▶ [YOUR ASSIGNMENT]:
The expected answer is the set of lines in the data below between the line holding "v9 (39,3,9.539392)" and the line holding "e10 v8 v10 LINE", inclusive, written out exactly.
+++ RECORDS FOR THIS EXERCISE
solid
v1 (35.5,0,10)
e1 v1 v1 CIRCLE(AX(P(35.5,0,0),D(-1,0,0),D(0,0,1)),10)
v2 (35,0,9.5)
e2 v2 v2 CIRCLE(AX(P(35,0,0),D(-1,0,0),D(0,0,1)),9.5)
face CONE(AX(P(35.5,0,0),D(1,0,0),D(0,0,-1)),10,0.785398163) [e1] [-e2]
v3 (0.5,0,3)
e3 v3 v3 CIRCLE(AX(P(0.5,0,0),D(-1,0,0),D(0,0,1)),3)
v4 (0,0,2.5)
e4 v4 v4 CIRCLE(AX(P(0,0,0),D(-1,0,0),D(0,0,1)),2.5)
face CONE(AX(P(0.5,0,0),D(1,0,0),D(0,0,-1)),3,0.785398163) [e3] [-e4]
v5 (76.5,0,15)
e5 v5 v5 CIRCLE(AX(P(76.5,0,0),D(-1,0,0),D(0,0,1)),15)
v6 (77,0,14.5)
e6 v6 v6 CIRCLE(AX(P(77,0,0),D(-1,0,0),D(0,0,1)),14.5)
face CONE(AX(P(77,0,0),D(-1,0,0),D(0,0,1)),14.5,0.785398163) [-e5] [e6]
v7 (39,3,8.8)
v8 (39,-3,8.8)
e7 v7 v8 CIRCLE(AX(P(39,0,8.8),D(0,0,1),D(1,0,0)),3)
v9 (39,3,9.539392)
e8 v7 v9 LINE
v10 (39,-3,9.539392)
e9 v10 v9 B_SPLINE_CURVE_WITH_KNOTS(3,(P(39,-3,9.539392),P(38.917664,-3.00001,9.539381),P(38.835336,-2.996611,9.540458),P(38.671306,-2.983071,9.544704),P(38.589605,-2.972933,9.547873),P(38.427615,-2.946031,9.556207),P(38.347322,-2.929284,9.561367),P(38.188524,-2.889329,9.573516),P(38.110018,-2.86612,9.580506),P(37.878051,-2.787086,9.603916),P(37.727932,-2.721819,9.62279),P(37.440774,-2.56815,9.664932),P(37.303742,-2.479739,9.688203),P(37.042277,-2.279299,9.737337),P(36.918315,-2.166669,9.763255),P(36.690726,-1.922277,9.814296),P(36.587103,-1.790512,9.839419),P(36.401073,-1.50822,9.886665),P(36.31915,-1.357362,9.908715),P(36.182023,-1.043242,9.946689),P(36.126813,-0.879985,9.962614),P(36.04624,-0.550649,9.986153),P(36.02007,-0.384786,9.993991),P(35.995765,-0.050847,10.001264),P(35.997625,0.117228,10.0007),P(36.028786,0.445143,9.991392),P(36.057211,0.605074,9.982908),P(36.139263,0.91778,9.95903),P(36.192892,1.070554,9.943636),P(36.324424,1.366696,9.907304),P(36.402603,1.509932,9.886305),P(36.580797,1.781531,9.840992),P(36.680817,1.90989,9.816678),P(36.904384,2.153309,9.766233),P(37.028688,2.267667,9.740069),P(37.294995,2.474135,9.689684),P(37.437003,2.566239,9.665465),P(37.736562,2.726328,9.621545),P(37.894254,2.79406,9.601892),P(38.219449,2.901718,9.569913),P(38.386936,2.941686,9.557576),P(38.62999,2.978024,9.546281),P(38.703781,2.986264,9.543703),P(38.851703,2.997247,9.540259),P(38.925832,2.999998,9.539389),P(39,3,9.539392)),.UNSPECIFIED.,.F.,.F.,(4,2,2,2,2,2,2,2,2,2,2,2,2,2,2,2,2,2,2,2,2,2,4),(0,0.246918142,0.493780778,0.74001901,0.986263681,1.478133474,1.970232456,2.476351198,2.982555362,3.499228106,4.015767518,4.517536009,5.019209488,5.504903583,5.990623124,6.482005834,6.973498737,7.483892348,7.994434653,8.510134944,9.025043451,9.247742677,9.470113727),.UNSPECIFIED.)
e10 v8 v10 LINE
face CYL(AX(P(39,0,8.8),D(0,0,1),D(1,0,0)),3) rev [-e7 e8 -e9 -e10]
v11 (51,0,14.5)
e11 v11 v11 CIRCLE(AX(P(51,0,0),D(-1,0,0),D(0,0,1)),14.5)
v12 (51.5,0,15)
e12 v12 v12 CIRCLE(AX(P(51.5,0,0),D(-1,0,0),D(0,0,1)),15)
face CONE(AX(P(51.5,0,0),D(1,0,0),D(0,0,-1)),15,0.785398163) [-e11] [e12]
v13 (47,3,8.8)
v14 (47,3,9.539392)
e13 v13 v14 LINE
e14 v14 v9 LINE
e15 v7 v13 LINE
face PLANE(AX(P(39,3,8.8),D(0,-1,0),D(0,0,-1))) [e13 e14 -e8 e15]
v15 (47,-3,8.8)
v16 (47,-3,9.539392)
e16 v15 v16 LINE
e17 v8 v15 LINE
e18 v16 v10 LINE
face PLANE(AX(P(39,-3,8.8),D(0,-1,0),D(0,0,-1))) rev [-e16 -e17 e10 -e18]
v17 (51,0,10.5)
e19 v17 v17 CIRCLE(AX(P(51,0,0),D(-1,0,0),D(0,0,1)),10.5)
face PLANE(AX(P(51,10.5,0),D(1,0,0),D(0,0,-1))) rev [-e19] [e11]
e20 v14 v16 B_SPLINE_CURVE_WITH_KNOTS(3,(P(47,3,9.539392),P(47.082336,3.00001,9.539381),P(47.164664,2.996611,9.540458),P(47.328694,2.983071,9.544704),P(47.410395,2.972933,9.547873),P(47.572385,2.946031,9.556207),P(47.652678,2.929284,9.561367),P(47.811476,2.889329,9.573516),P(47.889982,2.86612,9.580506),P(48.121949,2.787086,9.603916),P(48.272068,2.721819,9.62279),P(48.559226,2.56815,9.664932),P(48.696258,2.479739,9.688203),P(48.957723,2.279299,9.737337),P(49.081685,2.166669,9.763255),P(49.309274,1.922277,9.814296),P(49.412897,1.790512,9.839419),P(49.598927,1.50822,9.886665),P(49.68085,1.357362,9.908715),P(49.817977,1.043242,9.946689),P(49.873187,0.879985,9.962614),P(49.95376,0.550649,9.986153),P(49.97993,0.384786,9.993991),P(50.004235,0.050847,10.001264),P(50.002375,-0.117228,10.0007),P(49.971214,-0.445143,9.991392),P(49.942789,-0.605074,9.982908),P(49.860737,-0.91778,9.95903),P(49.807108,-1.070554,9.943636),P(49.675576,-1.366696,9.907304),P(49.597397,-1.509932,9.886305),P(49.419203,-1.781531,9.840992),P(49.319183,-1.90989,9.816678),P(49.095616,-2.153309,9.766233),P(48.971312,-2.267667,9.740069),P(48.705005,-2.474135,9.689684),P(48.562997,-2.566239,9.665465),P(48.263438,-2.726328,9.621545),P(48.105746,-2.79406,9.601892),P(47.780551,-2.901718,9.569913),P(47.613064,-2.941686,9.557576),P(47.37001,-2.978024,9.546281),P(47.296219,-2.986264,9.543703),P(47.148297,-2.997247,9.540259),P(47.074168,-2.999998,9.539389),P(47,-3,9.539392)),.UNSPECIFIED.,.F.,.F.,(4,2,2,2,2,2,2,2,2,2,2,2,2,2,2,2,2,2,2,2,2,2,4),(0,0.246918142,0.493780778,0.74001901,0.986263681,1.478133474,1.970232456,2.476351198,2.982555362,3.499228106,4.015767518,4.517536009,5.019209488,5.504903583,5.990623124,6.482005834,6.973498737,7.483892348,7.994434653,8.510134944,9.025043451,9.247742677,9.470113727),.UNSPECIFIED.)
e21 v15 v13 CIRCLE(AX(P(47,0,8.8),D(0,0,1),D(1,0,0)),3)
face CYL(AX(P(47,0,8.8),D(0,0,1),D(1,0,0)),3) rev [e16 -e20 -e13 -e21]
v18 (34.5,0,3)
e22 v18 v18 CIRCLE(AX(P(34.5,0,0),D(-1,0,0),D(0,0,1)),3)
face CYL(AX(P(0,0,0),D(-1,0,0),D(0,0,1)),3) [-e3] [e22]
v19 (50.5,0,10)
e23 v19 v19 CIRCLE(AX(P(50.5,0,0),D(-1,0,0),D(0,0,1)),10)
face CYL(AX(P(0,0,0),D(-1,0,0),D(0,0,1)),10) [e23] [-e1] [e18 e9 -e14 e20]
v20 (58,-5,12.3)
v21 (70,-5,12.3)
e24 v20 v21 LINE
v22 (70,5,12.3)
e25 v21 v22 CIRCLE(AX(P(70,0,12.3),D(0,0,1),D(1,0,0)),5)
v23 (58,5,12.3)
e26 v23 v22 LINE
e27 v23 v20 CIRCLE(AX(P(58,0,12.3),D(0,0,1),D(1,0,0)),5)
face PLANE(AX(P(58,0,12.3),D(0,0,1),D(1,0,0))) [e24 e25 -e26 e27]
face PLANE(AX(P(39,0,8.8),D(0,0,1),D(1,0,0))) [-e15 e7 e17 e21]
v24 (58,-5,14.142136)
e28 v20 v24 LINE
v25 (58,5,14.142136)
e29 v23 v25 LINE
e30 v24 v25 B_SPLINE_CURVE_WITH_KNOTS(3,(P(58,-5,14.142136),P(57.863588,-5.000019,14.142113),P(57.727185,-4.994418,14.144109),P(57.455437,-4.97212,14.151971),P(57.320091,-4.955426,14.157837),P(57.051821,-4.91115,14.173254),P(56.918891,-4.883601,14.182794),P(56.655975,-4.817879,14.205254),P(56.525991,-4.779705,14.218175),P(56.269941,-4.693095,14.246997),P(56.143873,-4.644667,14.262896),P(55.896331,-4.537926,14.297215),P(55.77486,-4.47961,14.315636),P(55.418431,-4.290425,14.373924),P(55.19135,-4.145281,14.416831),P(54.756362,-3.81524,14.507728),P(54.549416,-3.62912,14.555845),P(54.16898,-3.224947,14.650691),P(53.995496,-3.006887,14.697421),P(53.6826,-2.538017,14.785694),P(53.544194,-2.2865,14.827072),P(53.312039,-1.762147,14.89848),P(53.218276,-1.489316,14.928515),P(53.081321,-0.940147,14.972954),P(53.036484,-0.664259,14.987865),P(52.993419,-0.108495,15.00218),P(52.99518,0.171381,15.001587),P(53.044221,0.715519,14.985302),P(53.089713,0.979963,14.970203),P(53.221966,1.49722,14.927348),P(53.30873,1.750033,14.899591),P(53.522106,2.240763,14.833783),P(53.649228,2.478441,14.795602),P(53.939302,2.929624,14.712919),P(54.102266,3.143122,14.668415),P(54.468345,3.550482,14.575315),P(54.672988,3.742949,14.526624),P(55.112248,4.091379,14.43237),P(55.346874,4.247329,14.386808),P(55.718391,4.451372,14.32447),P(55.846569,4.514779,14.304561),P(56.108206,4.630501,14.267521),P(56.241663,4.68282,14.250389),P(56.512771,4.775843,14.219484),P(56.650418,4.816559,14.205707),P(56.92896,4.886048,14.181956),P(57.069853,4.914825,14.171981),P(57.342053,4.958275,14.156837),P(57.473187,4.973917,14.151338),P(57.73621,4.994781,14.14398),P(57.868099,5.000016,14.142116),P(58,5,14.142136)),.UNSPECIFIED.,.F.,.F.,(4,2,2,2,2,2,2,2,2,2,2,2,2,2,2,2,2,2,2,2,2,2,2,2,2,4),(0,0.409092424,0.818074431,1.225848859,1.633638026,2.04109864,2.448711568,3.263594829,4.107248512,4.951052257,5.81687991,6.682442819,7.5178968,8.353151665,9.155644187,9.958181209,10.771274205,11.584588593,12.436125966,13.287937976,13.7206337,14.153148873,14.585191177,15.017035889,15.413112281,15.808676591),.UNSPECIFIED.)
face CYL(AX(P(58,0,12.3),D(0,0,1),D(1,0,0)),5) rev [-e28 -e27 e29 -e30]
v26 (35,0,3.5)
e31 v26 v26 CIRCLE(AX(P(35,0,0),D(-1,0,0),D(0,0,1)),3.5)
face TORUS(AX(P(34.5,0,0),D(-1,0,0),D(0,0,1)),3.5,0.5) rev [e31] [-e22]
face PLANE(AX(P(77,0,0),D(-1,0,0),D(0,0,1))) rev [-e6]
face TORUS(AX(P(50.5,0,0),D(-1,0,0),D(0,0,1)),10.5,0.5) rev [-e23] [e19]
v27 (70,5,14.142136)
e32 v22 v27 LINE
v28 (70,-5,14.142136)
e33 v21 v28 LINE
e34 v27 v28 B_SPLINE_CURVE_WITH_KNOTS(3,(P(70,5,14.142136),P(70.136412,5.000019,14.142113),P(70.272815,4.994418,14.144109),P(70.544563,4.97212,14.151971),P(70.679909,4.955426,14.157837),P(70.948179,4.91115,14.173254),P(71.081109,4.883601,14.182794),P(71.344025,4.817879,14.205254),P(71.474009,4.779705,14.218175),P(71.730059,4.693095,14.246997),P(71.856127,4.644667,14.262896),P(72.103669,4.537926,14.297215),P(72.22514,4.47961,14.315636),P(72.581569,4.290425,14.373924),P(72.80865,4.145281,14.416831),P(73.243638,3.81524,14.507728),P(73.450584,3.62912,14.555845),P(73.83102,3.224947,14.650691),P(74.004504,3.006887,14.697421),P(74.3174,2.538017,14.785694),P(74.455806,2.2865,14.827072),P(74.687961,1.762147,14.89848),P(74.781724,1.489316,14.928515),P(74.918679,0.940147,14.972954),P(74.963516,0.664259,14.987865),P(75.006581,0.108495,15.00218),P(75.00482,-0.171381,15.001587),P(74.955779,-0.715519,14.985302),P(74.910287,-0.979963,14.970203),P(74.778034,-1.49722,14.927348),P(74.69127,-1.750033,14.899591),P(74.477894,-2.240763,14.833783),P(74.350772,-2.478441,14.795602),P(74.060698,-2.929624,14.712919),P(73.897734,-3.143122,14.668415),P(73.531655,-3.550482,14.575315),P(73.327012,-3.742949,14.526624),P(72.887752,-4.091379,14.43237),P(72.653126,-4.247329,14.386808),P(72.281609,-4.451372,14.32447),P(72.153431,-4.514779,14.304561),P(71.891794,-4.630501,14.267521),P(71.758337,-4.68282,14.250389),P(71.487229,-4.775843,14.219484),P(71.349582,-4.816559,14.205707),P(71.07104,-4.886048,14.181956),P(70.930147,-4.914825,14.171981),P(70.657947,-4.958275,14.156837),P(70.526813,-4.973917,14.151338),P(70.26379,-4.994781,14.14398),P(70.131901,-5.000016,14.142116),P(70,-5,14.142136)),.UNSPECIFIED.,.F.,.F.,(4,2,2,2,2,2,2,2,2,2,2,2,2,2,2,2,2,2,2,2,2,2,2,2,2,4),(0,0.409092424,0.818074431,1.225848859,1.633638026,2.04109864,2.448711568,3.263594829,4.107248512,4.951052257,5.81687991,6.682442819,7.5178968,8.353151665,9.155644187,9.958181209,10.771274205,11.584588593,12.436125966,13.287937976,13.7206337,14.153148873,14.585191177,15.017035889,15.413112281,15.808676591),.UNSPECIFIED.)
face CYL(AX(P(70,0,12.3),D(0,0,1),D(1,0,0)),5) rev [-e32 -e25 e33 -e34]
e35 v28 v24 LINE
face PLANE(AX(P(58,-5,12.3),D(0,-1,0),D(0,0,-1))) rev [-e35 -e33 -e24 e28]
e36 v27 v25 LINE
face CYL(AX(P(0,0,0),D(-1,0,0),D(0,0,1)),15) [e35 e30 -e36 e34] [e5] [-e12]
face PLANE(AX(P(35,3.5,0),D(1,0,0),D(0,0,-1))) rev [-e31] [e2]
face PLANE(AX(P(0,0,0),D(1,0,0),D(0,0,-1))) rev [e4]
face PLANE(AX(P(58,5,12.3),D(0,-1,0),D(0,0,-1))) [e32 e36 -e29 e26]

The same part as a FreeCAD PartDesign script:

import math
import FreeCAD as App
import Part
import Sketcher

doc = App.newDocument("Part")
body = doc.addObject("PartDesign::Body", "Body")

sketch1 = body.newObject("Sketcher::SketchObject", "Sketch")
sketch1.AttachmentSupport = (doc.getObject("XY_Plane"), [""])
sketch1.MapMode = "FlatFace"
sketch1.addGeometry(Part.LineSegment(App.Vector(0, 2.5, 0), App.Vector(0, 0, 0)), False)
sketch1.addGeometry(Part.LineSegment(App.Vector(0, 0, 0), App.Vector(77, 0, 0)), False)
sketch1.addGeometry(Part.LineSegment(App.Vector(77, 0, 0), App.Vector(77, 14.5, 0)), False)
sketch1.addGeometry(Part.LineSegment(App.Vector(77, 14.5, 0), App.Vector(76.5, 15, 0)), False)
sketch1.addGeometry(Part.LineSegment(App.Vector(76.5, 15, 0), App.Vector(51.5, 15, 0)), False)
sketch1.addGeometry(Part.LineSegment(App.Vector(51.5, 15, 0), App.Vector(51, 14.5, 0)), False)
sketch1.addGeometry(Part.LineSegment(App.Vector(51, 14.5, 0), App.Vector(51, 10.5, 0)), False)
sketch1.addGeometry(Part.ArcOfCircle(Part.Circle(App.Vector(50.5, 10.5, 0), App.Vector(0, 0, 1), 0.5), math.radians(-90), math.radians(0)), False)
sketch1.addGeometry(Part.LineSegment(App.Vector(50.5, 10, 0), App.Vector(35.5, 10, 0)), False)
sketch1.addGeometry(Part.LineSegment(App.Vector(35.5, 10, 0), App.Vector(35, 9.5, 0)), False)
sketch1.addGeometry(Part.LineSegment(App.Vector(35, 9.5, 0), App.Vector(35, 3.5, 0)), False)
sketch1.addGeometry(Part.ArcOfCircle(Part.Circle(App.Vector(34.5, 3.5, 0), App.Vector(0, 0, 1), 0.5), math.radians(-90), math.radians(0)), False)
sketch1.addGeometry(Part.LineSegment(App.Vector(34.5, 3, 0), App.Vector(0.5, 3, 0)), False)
++++++
▶ [RESPONSE]:
v9 (39,3,9.539392)
e8 v7 v9 LINE
v10 (39,-3,9.539392)
e9 v10 v9 B_SPLINE_CURVE_WITH_KNOTS(3,(P(39,-3,9.539392),P(38.917664,-3.00001,9.539381),P(38.835336,-2.996611,9.540458),P(38.671306,-2.983071,9.544704),P(38.589605,-2.972933,9.547873),P(38.427615,-2.946031,9.556207),P(38.347322,-2.929284,9.561367),P(38.188524,-2.889329,9.573516),P(38.110018,-2.86612,9.580506),P(37.878051,-2.787086,9.603916),P(37.727932,-2.721819,9.62279),P(37.440774,-2.56815,9.664932),P(37.303742,-2.479739,9.688203),P(37.042277,-2.279299,9.737337),P(36.918315,-2.166669,9.763255),P(36.690726,-1.922277,9.814296),P(36.587103,-1.790512,9.839419),P(36.401073,-1.50822,9.886665),P(36.31915,-1.357362,9.908715),P(36.182023,-1.043242,9.946689),P(36.126813,-0.879985,9.962614),P(36.04624,-0.550649,9.986153),P(36.02007,-0.384786,9.993991),P(35.995765,-0.050847,10.001264),P(35.997625,0.117228,10.0007),P(36.028786,0.445143,9.991392),P(36.057211,0.605074,9.982908),P(36.139263,0.91778,9.95903),P(36.192892,1.070554,9.943636),P(36.324424,1.366696,9.907304),P(36.402603,1.509932,9.886305),P(36.580797,1.781531,9.840992),P(36.680817,1.90989,9.816678),P(36.904384,2.153309,9.766233),P(37.028688,2.267667,9.740069),P(37.294995,2.474135,9.689684),P(37.437003,2.566239,9.665465),P(37.736562,2.726328,9.621545),P(37.894254,2.79406,9.601892),P(38.219449,2.901718,9.569913),P(38.386936,2.941686,9.557576),P(38.62999,2.978024,9.546281),P(38.703781,2.986264,9.543703),P(38.851703,2.997247,9.540259),P(38.925832,2.999998,9.539389),P(39,3,9.539392)),.UNSPECIFIED.,.F.,.F.,(4,2,2,2,2,2,2,2,2,2,2,2,2,2,2,2,2,2,2,2,2,2,4),(0,0.246918142,0.493780778,0.74001901,0.986263681,1.478133474,1.970232456,2.476351198,2.982555362,3.499228106,4.015767518,4.517536009,5.019209488,5.504903583,5.990623124,6.482005834,6.973498737,7.483892348,7.994434653,8.510134944,9.025043451,9.247742677,9.470113727),.UNSPECIFIED.)
e10 v8 v10 LINE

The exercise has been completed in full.